[Saved entries]
:::::
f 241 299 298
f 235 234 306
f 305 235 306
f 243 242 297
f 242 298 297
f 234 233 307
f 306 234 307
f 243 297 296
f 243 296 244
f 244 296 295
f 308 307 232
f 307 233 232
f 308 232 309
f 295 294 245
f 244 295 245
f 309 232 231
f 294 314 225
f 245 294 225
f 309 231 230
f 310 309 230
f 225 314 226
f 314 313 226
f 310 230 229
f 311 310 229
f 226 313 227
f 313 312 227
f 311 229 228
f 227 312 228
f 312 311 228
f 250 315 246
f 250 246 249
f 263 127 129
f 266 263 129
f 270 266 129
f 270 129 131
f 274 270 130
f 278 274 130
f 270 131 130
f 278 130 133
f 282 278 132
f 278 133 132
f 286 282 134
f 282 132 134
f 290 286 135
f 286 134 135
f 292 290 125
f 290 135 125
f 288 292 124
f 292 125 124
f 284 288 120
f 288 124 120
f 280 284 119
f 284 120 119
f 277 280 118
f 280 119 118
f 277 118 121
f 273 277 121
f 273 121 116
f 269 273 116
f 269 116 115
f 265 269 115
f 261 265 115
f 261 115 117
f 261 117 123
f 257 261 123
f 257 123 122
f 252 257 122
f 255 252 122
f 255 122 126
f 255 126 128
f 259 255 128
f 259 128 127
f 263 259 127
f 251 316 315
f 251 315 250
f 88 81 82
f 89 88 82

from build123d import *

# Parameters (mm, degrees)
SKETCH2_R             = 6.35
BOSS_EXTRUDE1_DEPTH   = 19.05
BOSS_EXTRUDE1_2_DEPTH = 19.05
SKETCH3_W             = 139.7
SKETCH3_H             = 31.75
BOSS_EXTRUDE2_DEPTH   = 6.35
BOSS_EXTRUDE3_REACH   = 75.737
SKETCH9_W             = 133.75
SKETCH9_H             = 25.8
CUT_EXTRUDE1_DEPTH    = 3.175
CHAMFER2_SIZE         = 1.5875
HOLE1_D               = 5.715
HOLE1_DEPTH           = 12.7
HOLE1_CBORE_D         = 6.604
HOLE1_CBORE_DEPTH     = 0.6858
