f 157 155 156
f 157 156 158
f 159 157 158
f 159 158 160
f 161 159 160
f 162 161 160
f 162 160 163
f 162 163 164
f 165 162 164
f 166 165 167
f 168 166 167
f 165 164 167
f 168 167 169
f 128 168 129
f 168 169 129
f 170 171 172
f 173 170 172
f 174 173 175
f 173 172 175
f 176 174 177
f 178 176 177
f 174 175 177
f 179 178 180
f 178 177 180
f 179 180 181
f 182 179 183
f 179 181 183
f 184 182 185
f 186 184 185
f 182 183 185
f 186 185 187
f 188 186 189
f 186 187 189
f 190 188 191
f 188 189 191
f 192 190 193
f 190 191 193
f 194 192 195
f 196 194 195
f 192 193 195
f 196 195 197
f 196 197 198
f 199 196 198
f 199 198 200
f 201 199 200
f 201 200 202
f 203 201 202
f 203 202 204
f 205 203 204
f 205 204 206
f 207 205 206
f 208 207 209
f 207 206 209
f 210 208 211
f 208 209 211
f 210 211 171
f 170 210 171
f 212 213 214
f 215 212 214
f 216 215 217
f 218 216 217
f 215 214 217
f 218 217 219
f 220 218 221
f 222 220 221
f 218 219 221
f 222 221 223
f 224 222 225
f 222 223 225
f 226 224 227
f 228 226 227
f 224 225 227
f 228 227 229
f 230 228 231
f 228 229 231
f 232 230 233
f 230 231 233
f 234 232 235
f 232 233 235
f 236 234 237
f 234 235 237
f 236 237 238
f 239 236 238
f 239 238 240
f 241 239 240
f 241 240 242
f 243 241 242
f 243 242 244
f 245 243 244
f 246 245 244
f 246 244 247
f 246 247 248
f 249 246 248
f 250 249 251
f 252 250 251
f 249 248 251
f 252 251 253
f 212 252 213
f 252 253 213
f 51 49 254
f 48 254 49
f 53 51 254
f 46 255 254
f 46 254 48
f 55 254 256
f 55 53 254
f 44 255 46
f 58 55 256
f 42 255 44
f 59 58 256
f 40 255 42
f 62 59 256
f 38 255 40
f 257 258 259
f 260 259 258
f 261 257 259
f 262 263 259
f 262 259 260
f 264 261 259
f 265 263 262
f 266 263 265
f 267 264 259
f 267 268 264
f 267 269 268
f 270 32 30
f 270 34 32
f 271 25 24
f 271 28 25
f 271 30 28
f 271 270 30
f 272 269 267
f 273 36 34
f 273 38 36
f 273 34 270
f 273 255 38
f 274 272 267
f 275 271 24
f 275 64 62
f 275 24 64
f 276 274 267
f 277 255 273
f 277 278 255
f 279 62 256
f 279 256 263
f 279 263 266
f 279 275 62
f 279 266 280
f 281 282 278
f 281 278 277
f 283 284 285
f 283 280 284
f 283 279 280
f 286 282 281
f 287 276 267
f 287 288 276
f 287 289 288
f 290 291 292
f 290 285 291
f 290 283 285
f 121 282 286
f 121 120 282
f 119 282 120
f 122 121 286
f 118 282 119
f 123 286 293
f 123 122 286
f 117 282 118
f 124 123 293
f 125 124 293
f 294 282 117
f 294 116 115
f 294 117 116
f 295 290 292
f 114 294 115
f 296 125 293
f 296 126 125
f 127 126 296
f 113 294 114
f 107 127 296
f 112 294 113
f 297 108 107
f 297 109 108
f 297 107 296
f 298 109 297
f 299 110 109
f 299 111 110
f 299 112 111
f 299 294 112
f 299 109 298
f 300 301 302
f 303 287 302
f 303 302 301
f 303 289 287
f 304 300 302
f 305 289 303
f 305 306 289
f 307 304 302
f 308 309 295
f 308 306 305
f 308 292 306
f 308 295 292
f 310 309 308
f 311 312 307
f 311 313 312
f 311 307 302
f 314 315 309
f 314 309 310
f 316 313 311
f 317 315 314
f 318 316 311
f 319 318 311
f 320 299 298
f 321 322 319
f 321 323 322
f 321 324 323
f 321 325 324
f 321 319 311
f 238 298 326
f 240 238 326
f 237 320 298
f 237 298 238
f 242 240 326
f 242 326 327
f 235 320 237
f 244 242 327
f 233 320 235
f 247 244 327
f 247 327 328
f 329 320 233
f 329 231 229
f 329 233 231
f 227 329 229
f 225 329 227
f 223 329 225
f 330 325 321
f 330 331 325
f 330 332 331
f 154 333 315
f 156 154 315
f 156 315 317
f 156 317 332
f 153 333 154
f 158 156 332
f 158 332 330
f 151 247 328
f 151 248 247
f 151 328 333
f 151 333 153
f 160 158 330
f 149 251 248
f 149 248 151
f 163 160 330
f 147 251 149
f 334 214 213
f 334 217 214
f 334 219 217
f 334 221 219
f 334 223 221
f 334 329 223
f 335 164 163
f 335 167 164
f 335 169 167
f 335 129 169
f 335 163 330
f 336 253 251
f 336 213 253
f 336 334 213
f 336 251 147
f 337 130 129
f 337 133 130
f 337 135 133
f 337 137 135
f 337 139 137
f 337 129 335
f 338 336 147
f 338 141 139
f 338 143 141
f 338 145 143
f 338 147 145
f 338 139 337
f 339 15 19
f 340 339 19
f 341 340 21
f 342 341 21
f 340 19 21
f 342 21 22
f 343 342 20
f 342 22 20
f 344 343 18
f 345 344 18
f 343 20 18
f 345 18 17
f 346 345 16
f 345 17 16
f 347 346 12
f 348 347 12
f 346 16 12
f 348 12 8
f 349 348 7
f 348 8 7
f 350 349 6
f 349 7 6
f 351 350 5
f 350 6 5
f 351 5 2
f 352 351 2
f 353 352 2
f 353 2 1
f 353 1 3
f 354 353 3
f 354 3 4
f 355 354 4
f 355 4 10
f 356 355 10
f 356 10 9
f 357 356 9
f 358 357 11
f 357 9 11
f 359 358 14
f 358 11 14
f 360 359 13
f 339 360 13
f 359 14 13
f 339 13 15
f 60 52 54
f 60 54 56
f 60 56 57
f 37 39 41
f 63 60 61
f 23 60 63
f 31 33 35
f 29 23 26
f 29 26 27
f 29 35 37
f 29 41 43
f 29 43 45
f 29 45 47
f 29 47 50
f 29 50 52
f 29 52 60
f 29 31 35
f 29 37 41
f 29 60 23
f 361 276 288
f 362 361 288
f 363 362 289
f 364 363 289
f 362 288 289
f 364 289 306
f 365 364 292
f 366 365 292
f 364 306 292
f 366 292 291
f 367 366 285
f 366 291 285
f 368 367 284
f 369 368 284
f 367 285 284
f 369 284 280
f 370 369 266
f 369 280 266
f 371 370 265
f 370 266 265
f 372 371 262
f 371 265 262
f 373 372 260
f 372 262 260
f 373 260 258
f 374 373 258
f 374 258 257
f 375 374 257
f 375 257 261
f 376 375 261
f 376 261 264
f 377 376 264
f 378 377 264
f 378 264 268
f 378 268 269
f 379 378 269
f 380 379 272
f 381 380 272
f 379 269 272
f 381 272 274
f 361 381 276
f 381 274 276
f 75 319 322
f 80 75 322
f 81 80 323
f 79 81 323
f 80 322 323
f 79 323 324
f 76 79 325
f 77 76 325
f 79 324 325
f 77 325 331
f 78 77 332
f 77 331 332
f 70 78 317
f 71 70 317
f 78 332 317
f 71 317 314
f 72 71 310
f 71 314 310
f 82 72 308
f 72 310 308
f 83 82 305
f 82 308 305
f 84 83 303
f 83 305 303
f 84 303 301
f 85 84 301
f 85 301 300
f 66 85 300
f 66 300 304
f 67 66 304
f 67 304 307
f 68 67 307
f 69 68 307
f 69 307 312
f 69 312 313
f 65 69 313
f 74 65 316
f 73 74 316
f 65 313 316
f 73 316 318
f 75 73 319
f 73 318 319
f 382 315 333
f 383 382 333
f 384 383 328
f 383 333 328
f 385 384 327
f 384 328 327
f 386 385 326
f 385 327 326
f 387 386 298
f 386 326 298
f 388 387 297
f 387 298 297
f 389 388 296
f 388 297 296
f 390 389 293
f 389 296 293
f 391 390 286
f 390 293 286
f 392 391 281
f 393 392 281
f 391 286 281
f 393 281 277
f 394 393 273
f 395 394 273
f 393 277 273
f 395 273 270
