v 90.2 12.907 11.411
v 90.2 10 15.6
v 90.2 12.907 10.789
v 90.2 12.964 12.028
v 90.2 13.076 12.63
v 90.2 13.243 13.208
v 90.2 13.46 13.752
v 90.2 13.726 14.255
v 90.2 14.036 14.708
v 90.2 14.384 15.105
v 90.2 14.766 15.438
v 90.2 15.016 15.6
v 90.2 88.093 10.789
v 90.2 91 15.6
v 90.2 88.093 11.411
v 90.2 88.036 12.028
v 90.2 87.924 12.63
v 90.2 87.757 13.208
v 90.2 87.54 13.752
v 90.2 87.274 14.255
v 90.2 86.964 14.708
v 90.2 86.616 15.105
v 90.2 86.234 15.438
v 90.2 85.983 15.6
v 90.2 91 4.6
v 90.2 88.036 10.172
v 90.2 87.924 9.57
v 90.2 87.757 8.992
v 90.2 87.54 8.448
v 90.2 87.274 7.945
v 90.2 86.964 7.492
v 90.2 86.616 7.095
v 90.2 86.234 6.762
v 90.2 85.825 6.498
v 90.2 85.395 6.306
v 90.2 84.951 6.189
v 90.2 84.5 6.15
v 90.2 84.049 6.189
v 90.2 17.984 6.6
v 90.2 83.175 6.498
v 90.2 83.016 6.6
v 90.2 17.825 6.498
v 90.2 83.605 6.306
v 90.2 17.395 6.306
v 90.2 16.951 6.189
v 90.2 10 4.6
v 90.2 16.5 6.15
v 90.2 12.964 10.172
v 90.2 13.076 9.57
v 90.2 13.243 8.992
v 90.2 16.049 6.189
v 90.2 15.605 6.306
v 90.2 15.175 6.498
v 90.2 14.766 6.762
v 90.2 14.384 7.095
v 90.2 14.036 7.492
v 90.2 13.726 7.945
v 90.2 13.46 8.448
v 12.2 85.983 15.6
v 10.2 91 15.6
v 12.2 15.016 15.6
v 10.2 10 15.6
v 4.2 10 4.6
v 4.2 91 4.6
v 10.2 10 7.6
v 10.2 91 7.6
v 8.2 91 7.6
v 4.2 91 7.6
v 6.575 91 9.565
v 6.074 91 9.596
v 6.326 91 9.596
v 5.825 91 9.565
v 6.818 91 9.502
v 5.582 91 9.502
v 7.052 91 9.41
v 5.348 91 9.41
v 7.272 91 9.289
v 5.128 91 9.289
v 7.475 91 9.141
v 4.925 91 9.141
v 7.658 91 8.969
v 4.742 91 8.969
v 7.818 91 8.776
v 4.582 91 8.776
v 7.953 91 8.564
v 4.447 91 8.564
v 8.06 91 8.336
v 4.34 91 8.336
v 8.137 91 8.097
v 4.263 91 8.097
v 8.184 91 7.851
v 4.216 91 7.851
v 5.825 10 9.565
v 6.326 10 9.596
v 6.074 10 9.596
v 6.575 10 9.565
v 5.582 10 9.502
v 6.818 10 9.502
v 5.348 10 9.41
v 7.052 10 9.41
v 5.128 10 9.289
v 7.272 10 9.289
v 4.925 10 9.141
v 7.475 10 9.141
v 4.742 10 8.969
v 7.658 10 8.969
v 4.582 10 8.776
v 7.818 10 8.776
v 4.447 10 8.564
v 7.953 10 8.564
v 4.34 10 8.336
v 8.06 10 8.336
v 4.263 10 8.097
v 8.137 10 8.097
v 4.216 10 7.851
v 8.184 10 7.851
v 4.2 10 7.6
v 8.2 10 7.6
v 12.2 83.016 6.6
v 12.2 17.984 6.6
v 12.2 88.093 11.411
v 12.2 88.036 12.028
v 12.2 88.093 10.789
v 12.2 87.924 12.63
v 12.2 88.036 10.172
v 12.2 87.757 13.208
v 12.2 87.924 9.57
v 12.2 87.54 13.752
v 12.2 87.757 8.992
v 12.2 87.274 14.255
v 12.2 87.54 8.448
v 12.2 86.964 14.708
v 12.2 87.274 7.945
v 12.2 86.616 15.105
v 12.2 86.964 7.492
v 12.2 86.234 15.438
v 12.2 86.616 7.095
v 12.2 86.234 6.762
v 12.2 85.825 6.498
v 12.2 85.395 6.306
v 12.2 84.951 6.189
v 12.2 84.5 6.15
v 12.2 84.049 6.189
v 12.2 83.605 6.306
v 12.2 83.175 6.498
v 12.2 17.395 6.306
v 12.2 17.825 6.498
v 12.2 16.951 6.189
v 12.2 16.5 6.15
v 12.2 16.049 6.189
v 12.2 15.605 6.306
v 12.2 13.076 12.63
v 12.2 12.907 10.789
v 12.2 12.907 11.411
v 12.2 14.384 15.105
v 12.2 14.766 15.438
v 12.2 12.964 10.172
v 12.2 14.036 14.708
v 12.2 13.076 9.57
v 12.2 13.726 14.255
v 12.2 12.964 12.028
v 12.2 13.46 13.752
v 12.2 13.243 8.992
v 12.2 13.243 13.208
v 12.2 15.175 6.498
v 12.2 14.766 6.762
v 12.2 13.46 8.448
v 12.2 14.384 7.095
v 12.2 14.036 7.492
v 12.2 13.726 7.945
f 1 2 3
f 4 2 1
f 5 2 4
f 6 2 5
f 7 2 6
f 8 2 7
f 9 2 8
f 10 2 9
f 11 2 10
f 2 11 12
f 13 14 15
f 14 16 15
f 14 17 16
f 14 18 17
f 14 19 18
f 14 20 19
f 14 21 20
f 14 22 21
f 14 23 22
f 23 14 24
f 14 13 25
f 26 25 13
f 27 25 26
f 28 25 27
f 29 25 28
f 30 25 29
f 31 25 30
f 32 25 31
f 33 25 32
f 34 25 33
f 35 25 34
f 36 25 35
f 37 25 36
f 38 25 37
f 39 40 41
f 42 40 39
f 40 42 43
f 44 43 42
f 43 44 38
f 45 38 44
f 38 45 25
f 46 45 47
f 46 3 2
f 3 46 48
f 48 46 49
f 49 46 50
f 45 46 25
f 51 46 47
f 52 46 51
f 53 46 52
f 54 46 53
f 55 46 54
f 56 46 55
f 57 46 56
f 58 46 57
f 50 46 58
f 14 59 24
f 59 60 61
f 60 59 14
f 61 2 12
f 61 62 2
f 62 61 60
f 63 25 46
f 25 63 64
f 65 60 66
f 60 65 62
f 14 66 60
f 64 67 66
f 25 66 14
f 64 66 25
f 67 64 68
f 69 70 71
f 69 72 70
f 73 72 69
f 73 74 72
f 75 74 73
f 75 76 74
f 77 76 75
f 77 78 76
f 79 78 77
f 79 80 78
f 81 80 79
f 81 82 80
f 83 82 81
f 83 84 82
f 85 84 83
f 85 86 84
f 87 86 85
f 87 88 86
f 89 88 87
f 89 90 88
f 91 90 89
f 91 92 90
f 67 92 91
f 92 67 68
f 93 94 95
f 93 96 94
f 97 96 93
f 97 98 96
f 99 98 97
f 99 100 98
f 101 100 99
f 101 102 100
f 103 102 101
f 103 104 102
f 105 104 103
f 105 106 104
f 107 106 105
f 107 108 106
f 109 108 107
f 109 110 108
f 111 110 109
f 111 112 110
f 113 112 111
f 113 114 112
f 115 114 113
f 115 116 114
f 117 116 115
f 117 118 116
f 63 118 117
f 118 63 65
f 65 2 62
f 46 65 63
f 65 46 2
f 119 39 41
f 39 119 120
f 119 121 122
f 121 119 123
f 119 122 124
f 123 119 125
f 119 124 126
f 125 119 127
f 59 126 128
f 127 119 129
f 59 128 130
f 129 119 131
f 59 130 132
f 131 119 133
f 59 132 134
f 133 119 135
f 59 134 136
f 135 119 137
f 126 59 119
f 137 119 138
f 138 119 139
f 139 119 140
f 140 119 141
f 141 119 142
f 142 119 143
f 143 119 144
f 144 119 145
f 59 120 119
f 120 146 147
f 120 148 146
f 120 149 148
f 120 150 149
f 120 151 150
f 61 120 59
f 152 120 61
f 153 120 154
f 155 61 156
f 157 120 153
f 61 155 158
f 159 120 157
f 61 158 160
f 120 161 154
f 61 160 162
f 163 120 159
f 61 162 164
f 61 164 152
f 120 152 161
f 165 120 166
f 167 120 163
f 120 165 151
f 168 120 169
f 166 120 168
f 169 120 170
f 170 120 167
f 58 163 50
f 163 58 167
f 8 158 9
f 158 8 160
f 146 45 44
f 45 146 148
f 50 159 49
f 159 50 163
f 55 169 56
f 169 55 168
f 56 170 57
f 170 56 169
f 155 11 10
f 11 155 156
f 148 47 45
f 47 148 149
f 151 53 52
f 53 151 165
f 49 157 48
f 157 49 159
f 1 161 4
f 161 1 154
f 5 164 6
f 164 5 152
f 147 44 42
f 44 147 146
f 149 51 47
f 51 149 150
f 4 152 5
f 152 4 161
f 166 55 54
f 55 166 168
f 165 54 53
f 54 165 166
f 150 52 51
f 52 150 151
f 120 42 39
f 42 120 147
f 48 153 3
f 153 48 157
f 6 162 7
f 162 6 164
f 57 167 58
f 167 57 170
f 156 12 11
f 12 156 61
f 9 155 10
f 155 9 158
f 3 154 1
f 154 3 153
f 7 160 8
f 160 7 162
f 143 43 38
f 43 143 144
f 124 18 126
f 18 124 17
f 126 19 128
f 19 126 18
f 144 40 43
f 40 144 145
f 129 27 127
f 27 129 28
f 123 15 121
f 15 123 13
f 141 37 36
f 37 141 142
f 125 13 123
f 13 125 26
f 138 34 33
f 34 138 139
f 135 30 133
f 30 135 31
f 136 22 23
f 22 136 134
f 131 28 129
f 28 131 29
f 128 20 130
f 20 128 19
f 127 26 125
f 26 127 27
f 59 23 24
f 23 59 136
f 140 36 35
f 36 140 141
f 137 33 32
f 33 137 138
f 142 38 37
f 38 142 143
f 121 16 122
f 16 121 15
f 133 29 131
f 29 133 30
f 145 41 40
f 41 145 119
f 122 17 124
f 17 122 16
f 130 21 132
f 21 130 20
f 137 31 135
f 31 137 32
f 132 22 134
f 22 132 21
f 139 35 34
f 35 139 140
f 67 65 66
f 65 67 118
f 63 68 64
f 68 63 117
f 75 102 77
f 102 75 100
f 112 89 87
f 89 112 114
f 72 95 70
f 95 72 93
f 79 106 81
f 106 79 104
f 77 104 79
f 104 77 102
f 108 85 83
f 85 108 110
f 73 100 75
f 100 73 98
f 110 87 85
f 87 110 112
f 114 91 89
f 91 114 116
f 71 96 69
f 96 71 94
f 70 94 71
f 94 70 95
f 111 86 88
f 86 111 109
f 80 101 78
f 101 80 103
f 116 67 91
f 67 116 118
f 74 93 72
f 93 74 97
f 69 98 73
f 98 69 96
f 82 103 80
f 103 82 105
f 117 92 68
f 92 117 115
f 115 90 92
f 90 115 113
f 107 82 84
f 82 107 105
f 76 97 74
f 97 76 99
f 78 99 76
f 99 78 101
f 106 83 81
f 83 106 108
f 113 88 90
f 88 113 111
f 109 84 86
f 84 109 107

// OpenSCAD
$fn = 50;

holderX = 120;
holderThickness = 10;
holderZ = 20;

phoneHolderX = 80;
phoneYDispl = 68;
phoneY2 = 77; //with case
phoneZ = 9;

phoneHolderWall = 2;

railExtra = 1;
railRad = 2;


module rail()
{
  cube([holderThickness/2+railExtra,phoneY2+phoneHolderWall*2,3]);
  translate([railRad,0,3]) rotate([-90,0,0]) cylinder(r=railRad,h=phoneY2+phoneHolderWall*2);
}

module U()
{
  hull()
  {
    cube([holderThickness,100,holderZ]);
    translate([0,140,holderZ/2]) rotate([0,90,0]) cylinder(r=holderZ/2,h=holderThickness);
  }
}
/* X(); */

module A()
{
  difference()
  {
    union()
    {
      cube([holderX,holderThickness,holderZ]);
        U();
      translate([holderX-holderThickness,0,0])
        U();
    }
    moveRailX = holderX-holderThickness/2-railExtra;
    moveRailScale = 0;//(holderThickness/2+railExtra)*0.05;
    translate([moveRailX-moveRailScale,0,(holderZ-phoneZ-phoneHolderWall)/2])
      scale([1.05,1,1.05]) rail();
  }
}


module CouchPotatoClamp()
{
  A();
  translate([0,0,holderZ*3])
    A();
  translate([20,0,holderZ]) cube([20,holderThickness,holderZ*2]);
  translate([holderX-40,0,holderZ]) cube([20,holderThickness,holderZ*2]);

  translate([0,30,13])
  union()
  {
    rotate([-50,0,0])
    translate([0,0,holderZ/2])
    cube([holderThickness,10,holderZ*4]);
  }
  translate([holderX-holderThickness,30,13])
  union()
  {
    rotate([-50,0,0])
    translate([0,0,holderZ/2])
    cube([holderThickness,10,holderZ*4]);
  }
}
/* A(); */

module phoneHolder()
{
  difference() {
    cube([phoneHolderX,phoneY2+phoneHolderWall*2,phoneZ+phoneHolderWall]);
    translate([phoneHolderWall,phoneHolderWall+(phoneY2-phoneYDispl)/2,phoneHolderWall]) cube([phoneHolderX-phoneHolderWall,phoneYDispl,phoneZ]);

    translate([phoneHolderWall,phoneHolderWall+(phoneY2-phoneYDispl)/2,phoneHolderWall+phoneZ/2]) rotate([0,90,0])
      scale([1.1,0.8,1]) cylinder(r=phoneZ/2,h=phoneHolderX-phoneHolderWall);
    translate([phoneHolderWall,(phoneY2+phoneHolderWall*2)-phoneHolderWall-(phoneY2-phoneYDispl)/2,phoneHolderWall+phoneZ/2]) rotate([0,90,0])
      scale([1.1,0.8,1]) cylinder(r=phoneZ/2,h=phoneHolderX-phoneHolderWall);
  }
  translate([-holderThickness/2-railExtra,0,0]) rail();
}
translate([10.2,10,(holderZ-phoneZ-phoneHolderWall)/2+0.1]) phoneHolder();
/* translate([-holderX,10,0]) CouchPotatoClamp(); */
:::::
[EXERCISE] The line above containing "f 47 148 149", the line containing "f 150 52 51", and every line between them are to be transcribed exactly; no other line is wanted.

[RESPONSE BOX]
f 47 148 149
f 151 53 52
f 53 151 165
f 49 157 48
f 157 49 159
f 1 161 4
f 161 1 154
f 5 164 6
f 164 5 152
f 147 44 42
f 44 147 146
f 149 51 47
f 51 149 150
f 4 152 5
f 152 4 161
f 166 55 54
f 55 166 168
f 165 54 53
f 54 165 166
f 150 52 51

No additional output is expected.